> Task directions
Would you copy the material below word for word, beginning with its first line and ending with the line that contains "f 181 179 325"?

> Material provided
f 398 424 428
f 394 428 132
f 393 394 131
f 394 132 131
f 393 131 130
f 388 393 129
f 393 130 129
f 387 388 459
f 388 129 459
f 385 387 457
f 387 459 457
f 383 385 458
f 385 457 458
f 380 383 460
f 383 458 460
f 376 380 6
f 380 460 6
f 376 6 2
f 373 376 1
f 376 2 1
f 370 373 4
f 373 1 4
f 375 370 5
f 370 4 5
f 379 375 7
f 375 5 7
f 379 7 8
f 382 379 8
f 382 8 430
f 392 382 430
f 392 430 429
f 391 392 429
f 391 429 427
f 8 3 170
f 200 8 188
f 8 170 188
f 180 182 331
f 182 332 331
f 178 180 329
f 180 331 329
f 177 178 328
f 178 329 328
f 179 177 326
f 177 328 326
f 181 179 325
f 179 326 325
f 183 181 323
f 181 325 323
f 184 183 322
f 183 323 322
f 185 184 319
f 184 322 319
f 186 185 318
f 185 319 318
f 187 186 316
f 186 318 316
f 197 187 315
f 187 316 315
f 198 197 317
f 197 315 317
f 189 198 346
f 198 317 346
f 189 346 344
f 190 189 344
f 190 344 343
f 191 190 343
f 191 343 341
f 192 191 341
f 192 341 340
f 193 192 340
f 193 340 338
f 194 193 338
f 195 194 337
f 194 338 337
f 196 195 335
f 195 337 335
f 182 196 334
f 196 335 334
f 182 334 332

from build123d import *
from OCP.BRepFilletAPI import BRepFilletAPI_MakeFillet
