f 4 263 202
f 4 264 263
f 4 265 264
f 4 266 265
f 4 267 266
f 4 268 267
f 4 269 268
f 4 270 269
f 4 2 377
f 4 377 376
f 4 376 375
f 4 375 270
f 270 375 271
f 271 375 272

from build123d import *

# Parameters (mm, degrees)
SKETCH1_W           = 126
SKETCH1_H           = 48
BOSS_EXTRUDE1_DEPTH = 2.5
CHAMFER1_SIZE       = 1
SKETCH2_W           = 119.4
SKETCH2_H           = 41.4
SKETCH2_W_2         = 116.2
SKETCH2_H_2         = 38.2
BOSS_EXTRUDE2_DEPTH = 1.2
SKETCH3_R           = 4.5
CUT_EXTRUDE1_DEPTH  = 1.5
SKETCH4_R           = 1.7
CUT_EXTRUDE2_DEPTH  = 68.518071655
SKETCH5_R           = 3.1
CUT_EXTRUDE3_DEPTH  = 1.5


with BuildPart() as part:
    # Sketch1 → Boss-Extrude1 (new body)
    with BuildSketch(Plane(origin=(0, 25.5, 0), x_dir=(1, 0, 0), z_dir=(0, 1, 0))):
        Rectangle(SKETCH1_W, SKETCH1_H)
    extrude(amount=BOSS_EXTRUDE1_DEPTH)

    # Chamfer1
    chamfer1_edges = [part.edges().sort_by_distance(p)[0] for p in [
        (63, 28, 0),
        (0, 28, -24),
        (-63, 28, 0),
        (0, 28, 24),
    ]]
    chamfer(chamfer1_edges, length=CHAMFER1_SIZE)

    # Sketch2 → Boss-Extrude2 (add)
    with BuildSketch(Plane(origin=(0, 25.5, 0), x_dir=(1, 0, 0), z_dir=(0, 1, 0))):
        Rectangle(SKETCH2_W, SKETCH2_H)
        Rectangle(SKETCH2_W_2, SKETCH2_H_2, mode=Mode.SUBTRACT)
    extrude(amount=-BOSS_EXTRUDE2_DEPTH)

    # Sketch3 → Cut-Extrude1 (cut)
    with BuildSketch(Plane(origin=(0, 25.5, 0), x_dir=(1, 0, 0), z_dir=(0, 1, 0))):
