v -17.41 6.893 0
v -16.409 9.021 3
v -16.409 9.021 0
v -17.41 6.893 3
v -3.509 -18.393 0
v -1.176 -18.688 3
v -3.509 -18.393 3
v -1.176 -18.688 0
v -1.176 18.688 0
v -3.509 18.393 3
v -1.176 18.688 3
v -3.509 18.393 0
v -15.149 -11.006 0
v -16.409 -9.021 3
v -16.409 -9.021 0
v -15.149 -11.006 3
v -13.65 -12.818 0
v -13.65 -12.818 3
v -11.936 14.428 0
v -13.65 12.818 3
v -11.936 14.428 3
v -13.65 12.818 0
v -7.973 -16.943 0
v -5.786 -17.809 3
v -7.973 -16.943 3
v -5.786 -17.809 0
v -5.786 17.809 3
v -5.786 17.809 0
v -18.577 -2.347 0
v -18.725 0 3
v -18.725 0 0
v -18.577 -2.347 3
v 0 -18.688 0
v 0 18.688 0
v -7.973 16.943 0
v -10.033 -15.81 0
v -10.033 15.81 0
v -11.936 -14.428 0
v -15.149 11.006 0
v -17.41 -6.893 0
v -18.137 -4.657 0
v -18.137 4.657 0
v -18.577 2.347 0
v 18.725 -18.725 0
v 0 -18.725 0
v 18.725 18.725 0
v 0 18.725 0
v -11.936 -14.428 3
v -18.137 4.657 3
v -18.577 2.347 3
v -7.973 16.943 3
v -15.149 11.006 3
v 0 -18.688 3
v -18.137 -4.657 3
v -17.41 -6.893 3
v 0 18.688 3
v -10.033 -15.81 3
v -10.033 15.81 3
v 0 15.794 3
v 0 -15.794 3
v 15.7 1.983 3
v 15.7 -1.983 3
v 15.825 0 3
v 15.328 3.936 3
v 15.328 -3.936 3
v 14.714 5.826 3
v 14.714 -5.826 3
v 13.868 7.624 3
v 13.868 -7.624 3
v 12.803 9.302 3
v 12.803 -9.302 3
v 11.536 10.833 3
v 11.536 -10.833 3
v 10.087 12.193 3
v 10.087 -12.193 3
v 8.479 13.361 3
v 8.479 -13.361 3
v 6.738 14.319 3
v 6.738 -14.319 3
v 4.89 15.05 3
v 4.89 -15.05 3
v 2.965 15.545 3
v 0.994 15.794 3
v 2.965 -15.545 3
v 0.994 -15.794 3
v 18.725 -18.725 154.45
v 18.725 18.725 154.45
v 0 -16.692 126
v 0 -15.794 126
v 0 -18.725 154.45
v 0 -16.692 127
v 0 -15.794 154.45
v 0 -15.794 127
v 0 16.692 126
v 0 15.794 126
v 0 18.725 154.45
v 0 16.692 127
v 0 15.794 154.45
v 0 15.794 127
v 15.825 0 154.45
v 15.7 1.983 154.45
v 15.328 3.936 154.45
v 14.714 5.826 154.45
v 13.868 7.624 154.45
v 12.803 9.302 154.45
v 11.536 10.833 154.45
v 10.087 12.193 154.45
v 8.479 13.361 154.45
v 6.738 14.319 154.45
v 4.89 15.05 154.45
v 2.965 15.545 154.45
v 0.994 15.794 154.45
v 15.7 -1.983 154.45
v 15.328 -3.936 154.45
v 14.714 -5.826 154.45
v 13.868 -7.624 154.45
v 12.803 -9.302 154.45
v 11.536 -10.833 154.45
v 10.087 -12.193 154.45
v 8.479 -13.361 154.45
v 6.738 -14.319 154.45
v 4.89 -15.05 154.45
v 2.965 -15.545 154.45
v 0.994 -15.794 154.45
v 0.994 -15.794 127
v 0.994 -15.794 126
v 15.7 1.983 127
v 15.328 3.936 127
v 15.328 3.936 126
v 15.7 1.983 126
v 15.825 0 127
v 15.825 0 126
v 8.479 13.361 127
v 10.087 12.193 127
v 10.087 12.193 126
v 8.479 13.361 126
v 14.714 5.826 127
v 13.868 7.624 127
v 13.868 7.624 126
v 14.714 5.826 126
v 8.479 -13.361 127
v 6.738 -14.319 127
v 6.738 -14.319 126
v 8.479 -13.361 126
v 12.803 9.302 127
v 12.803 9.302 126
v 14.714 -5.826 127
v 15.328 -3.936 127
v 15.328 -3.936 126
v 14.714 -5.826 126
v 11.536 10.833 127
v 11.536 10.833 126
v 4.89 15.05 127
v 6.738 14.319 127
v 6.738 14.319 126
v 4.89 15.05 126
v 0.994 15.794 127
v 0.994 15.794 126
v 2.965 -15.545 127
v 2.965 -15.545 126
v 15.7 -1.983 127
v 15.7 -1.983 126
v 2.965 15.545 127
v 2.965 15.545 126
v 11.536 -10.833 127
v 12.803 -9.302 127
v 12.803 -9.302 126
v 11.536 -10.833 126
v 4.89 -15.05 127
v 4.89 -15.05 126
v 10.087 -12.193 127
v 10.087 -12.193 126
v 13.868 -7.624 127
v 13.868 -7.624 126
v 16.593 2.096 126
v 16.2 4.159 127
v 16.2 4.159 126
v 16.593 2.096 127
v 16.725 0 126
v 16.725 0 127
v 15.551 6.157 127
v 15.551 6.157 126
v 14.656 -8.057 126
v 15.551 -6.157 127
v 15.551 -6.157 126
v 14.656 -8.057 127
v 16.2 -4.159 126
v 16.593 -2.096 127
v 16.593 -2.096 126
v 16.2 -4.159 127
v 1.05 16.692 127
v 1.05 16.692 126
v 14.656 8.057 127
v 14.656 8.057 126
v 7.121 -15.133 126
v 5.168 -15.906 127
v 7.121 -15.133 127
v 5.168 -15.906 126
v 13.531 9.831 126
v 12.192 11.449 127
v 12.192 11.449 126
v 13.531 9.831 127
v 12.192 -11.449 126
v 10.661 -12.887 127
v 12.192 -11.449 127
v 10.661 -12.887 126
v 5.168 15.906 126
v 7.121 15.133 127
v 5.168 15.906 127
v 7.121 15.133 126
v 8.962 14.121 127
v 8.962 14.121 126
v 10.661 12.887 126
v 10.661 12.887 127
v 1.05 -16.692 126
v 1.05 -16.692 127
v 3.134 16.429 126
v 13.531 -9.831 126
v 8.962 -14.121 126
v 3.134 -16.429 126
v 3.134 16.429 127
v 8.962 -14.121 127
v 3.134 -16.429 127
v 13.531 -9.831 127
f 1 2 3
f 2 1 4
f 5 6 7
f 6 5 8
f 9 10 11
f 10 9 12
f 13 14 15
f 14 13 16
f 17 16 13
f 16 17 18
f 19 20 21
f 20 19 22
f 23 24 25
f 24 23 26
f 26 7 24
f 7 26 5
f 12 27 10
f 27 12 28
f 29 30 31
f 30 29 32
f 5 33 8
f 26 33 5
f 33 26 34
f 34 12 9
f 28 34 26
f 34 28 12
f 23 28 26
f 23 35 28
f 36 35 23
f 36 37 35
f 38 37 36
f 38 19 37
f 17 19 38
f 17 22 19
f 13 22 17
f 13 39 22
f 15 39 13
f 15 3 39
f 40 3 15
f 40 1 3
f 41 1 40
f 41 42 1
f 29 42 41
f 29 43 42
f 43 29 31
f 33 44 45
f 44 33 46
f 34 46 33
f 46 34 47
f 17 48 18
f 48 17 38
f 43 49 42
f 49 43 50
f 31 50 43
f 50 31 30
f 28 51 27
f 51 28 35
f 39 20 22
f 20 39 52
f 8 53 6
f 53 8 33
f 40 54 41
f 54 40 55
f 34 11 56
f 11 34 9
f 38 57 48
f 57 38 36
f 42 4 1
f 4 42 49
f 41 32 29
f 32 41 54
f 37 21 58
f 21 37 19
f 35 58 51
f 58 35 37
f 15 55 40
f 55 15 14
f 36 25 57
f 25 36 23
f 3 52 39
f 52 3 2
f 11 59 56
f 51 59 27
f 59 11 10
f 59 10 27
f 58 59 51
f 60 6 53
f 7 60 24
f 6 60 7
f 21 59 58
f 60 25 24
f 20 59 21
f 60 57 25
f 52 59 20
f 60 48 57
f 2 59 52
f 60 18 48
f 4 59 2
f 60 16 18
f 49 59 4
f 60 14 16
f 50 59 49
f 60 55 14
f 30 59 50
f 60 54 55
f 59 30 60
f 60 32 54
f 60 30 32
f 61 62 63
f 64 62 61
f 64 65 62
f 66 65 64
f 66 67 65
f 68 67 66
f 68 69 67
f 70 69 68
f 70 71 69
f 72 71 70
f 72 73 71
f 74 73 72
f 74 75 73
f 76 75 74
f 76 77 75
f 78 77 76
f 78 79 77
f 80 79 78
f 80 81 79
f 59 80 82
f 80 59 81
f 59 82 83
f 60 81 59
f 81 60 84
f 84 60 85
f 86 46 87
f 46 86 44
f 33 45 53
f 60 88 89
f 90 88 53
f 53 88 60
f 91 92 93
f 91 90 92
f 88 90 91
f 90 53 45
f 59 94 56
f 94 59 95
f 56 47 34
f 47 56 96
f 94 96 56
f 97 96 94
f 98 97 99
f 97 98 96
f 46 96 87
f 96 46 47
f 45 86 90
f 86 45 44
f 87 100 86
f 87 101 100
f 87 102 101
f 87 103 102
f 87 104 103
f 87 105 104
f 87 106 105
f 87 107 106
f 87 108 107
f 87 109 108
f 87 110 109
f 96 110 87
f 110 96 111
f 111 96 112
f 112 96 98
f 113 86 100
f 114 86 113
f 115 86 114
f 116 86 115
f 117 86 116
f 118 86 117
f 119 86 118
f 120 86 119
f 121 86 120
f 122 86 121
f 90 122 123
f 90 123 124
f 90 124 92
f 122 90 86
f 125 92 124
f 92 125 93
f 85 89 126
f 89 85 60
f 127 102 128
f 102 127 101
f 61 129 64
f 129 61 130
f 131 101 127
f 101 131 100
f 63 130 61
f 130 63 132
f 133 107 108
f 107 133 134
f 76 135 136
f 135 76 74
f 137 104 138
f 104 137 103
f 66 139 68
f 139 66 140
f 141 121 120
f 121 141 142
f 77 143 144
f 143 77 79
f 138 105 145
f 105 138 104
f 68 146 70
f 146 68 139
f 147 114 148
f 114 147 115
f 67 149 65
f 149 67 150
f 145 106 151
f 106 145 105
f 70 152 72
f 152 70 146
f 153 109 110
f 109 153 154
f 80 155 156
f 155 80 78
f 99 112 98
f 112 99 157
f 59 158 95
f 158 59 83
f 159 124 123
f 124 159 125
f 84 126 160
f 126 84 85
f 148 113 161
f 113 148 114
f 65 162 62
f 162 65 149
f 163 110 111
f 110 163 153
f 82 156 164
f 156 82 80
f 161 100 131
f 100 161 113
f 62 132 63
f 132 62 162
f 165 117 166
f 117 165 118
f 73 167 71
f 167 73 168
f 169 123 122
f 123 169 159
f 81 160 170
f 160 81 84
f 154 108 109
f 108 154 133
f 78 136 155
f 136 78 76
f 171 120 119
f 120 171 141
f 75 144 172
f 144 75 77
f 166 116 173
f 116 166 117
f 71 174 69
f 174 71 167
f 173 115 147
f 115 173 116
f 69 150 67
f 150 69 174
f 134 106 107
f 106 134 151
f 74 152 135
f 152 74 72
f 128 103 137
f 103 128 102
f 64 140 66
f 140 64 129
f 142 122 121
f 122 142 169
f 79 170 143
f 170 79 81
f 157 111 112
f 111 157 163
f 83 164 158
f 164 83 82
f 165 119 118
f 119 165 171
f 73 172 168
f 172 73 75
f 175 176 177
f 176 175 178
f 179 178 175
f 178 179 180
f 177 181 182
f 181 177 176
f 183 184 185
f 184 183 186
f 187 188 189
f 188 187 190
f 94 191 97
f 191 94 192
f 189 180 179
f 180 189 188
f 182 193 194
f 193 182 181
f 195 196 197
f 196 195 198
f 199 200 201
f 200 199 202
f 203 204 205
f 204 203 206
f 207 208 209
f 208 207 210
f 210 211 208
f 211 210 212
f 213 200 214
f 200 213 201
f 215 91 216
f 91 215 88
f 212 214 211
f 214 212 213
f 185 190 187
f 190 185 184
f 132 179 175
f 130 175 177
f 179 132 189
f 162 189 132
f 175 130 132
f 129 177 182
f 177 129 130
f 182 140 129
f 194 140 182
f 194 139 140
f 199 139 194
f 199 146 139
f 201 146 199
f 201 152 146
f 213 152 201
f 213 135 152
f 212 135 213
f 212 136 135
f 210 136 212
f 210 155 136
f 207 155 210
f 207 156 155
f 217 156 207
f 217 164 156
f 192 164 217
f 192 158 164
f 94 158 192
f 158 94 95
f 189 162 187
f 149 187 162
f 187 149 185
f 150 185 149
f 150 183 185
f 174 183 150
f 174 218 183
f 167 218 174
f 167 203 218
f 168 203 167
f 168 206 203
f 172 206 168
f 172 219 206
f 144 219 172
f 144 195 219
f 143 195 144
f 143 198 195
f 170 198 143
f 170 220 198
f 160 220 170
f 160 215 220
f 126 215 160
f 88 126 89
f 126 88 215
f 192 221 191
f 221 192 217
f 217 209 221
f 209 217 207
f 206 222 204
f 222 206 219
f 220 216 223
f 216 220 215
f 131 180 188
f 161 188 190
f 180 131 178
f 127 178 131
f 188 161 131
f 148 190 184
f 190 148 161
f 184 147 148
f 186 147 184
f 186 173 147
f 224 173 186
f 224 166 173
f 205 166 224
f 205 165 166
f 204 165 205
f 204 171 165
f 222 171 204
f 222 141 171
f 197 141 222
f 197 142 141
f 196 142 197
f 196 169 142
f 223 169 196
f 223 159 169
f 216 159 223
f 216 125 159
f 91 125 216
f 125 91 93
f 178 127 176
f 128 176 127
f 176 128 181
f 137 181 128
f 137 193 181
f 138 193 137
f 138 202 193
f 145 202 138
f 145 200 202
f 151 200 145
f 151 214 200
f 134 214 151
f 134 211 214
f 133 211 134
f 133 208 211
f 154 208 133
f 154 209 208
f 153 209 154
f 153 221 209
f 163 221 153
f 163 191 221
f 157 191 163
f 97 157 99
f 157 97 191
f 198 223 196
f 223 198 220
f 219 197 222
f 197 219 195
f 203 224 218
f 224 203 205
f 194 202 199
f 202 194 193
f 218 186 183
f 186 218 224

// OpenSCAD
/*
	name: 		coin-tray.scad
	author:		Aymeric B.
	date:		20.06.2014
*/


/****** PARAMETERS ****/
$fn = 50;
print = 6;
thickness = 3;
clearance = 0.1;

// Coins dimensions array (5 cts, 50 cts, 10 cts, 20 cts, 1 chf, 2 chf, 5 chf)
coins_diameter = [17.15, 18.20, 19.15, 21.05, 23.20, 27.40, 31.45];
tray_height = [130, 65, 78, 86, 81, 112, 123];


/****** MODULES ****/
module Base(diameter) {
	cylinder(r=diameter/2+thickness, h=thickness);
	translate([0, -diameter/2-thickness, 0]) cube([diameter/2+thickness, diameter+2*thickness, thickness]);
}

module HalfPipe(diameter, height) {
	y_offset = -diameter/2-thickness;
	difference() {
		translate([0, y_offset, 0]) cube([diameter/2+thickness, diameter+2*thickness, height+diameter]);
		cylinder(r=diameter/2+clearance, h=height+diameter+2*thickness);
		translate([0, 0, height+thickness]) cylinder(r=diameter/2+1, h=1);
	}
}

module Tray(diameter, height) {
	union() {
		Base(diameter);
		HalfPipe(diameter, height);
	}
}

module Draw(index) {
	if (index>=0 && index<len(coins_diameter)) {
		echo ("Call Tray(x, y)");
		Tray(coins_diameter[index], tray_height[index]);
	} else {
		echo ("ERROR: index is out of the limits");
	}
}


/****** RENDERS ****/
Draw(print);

> Problem solution
f 398 424 428
f 394 428 132
f 393 394 131
f 394 132 131
f 393 131 130
f 388 393 129
f 393 130 129
f 387 388 459
f 388 129 459
f 385 387 457
f 387 459 457
f 383 385 458
f 385 457 458
f 380 383 460
f 383 458 460
f 376 380 6
f 380 460 6
f 376 6 2
f 373 376 1
f 376 2 1
f 370 373 4
f 373 1 4
f 375 370 5
f 370 4 5
f 379 375 7
f 375 5 7
f 379 7 8
f 382 379 8
f 382 8 430
f 392 382 430
f 392 430 429
f 391 392 429
f 391 429 427
f 8 3 170
f 200 8 188
f 8 170 188
f 180 182 331
f 182 332 331
f 178 180 329
f 180 331 329
f 177 178 328
f 178 329 328
f 179 177 326
f 177 328 326
f 181 179 325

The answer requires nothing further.